Consultations publiques sur le chauffage au bois - Le projet est salué, sa mollesse dénoncée

Le débat houleux attendu lors du coup d'envoi, hier soir, des consultations publiques sur le projet de règlement de la Ville de Montréal visant à interdire l'installation d'appareils de chauffage au bois dans les maisons neuves ou existantes n'a finalement pas eu lieu. D'une seule voix, les représentants de groupes environnementaux et les citoyens présents à l'Hôtel de ville ont salué les «premiers pas» de la Ville, mais regrettent la mollesse du projet de règlement actuellement sur la table.

«Je suis entourée de personnes qui chauffent au bois du début septembre au mois de juin. Je suis contente que vous commenciez à réglementer le chauffage au bois, mais je ne sais pas quel impact ça aura sur moi à Beaconsfield», a lancé Joan Doiron, qui dit souffrir d'asthme et de migraine.
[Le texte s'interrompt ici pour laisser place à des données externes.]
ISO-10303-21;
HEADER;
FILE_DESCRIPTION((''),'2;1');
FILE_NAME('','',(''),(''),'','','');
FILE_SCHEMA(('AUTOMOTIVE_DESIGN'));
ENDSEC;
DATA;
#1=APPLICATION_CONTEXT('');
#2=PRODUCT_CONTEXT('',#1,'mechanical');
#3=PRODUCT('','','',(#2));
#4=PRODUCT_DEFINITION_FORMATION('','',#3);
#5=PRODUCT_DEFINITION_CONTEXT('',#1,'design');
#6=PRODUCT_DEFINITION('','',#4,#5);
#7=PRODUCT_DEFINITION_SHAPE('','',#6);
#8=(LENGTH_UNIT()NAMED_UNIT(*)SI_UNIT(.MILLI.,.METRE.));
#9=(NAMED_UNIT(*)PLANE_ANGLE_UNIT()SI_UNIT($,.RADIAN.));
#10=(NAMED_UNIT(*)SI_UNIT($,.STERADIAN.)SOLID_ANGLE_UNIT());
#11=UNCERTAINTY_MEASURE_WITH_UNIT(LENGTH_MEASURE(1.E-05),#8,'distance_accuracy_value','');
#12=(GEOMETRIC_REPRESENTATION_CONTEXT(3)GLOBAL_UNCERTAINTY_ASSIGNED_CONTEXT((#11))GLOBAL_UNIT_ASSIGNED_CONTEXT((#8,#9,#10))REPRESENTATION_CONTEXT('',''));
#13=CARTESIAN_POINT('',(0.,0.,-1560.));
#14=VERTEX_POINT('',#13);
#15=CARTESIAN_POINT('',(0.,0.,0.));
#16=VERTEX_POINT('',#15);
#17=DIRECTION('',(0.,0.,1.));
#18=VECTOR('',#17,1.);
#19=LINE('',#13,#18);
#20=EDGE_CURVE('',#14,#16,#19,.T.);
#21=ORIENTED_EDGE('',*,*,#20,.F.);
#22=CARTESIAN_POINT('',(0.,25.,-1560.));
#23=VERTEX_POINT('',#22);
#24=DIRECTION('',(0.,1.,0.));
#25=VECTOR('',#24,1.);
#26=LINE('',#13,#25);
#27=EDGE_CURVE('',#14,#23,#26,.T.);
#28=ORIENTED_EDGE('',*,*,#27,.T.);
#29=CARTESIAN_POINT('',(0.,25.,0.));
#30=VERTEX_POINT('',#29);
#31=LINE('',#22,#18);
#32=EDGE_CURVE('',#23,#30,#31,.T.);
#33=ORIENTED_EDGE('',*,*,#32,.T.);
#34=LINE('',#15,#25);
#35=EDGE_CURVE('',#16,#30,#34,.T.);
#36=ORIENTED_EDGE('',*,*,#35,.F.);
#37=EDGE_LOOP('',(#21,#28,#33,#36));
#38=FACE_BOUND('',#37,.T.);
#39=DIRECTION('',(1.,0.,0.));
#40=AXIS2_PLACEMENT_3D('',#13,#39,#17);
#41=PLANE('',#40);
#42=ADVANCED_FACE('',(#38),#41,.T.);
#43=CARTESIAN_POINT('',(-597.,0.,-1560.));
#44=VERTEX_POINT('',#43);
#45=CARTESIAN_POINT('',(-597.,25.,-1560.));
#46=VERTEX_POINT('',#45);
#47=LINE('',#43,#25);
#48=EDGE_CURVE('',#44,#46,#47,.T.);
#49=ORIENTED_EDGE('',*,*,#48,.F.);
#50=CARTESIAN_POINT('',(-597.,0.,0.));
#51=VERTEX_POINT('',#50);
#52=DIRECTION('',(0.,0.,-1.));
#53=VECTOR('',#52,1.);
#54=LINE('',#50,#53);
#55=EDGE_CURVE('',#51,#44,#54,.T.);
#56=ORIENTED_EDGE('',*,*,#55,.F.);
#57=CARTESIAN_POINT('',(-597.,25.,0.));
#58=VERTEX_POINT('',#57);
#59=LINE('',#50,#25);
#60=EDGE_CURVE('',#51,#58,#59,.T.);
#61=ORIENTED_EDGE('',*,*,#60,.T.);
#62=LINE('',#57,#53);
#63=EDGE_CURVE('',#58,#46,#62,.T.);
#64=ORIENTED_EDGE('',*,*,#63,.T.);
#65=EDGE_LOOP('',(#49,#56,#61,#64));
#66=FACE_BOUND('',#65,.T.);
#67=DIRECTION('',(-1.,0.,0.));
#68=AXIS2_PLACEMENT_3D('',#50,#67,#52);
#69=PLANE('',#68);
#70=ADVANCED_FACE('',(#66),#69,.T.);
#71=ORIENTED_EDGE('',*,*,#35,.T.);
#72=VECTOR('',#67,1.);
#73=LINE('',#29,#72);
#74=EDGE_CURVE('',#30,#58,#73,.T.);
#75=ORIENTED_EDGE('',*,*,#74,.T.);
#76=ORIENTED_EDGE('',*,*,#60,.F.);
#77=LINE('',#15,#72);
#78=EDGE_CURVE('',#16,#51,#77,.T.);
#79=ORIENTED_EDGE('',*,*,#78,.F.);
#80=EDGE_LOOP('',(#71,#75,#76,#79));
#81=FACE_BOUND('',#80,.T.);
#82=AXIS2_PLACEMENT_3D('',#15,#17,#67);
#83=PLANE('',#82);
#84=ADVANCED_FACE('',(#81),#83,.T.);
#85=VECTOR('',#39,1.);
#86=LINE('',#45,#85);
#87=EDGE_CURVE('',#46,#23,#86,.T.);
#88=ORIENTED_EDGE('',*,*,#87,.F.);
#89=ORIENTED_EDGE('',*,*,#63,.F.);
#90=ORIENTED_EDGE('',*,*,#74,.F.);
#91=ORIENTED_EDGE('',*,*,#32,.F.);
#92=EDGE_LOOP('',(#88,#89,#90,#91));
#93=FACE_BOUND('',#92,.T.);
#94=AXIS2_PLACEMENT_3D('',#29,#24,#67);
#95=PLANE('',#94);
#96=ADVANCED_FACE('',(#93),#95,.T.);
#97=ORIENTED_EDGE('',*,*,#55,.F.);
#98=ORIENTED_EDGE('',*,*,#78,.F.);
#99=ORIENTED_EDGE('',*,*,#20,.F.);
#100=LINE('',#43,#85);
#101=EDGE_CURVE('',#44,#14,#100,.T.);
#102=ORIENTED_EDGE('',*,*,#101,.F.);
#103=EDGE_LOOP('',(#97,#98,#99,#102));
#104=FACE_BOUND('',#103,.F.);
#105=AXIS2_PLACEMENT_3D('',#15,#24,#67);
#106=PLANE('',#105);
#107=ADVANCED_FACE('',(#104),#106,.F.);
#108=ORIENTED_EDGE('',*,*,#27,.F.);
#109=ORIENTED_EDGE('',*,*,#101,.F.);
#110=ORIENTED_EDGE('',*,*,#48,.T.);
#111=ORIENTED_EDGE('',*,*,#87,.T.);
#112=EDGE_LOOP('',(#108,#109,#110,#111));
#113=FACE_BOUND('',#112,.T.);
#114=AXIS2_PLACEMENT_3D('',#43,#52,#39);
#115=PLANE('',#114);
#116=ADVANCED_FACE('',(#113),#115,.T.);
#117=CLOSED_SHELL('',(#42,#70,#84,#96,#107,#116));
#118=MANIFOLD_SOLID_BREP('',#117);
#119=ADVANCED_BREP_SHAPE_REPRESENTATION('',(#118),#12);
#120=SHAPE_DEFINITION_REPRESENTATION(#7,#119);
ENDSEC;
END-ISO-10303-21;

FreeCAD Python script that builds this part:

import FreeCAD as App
import Part
import Sketcher
from FreeCAD import Vector

doc = App.newDocument("Part")
params = doc.addObject("Spreadsheet::Sheet", "Params")
for row, (alias, value) in enumerate([
    ("sketch1_width", "597 mm"),
    ("sketch1_height", "1560 mm"),
    ("pad1_length", "25 mm"),
], start=1):
    params.set(f"A{row}", alias)
    params.set(f"B{row}", "=" + value)
    params.setAlias(f"B{row}", alias)

body = doc.addObject("PartDesign::Body", "Body")

# Sketch on XZ plane
sketch1 = body.newObject("Sketcher::SketchObject", "Sketch")
sketch1.AttachmentSupport = (doc.getObject("XZ_Plane"), [""])
sketch1.MapMode = "FlatFace"
sketch1.addGeometry([
    Part.LineSegment(Vector(-597, 0, 0), Vector(0, 0, 0)),
    Part.LineSegment(Vector(0, 0, 0), Vector(0, -1560, 0)),
    Part.LineSegment(Vector(0, -1560, 0), Vector(-597, -1560, 0)),
    Part.LineSegment(Vector(-597, -1560, 0), Vector(-597, 0, 0)),
], False)
sketch1.addConstraint([
    Sketcher.Constraint("Coincident", 0, 2, 1, 1),
    Sketcher.Constraint("Coincident", 1, 2, 2, 1),
    Sketcher.Constraint("Coincident", 2, 2, 3, 1),
    Sketcher.Constraint("Coincident", 3, 2, 0, 1),
    Sketcher.Constraint("Horizontal", 0),
    Sketcher.Constraint("Vertical", 1),
    Sketcher.Constraint("Horizontal", 2),
    Sketcher.Constraint("Vertical", 3),
    Sketcher.Constraint("Coincident", 0, 2, -1, 1),
    Sketcher.Constraint("DistanceX", 0, 1, 0, 2, 597.0),
    Sketcher.Constraint("DistanceY", 1, 2, 1, 1, 1560.0),
])
sketch1.setExpression("Constraints[9]", "Params.sketch1_width")
sketch1.setExpression("Constraints[10]", "Params.sketch1_height")
pad1 = body.newObject("PartDesign::Pad", "Pad")
pad1.Profile = sketch1
pad1.setExpression("Length", "Params.pad1_length")
pad1.Reversed = True

doc.recompute()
«C'est le même discours qu'on avait dans les années 50 au sujet du tabac, que ce n'était pas vrai, que ce n'était pas dangereux pour la santé. Il y a beaucoup d'ouvrage à faire dans la sensibilisation», a pour sa part affirmé le directeur de l'Association pulmonaire du Québec, Louis Brisson.

À l'instar du Conseil régional de l'environnement de Montréal, plusieurs citoyens ont applaudi le projet de règlement de l'administration Tremblay, mais ont demandé à la Ville d'aller plus loin et d'obliger les quelque 50 000 propriétaires actuels d'appareils de chauffage au bois de se défaire de leur système de chauffage actuel ou de le remplacer par un appareil moins polluant.

«On a remarqué que le chauffage au bois compte pour 47 % des particules fines totales émises durant l'année 2005, a indiqué Annick Le Floch, de la Direction de l'environnement et du développement durable, lors de la présentation précédant la période des questions. Les premières fois qu'on en a parlé, les gens ne nous croyaient pas.»

«Il y a plusieurs effets à une exposition aux particules fines, notamment l'augmentation de la mortalité cardio-respiratoire», a ajouté Norman King, médecin spécialisé en épidémiologie à la Direction de la santé publique de Montréal.

Alan DeSousa, responsable du développement durable et de l'environnement à la Ville de Montréal, dit actuellement travailler d'arrache-pied pour augmenter l'aide octroyée aux propriétaires d'appareils de chauffage au bois qui désirent se procurer un appareil moins polluant. Ils sont actuellement admissibles à des remboursements d'environ 600 $ — 300 $ de l'Association des professionnels du chauffage au bois (APC) et 300 $ du ministère fédéral des Ressources naturelles. «J'ai rencontré cette semaine le ministre fédéral de l'Environnement, Jim Prentice, pour voir la possibilité d'avoir un programme de remplacement de ce genre de poêles. La même demande sera faite auprès du gouvernement du Québec», a affirmé M. DeSousa.

La consultation se poursuivra mardi et mercredi prochains. Le directeur général de l'APC, Ghislain Bélanger, et le directeur de la Coalition québécoise du bois, François Tanguay, y prendront notamment la parole.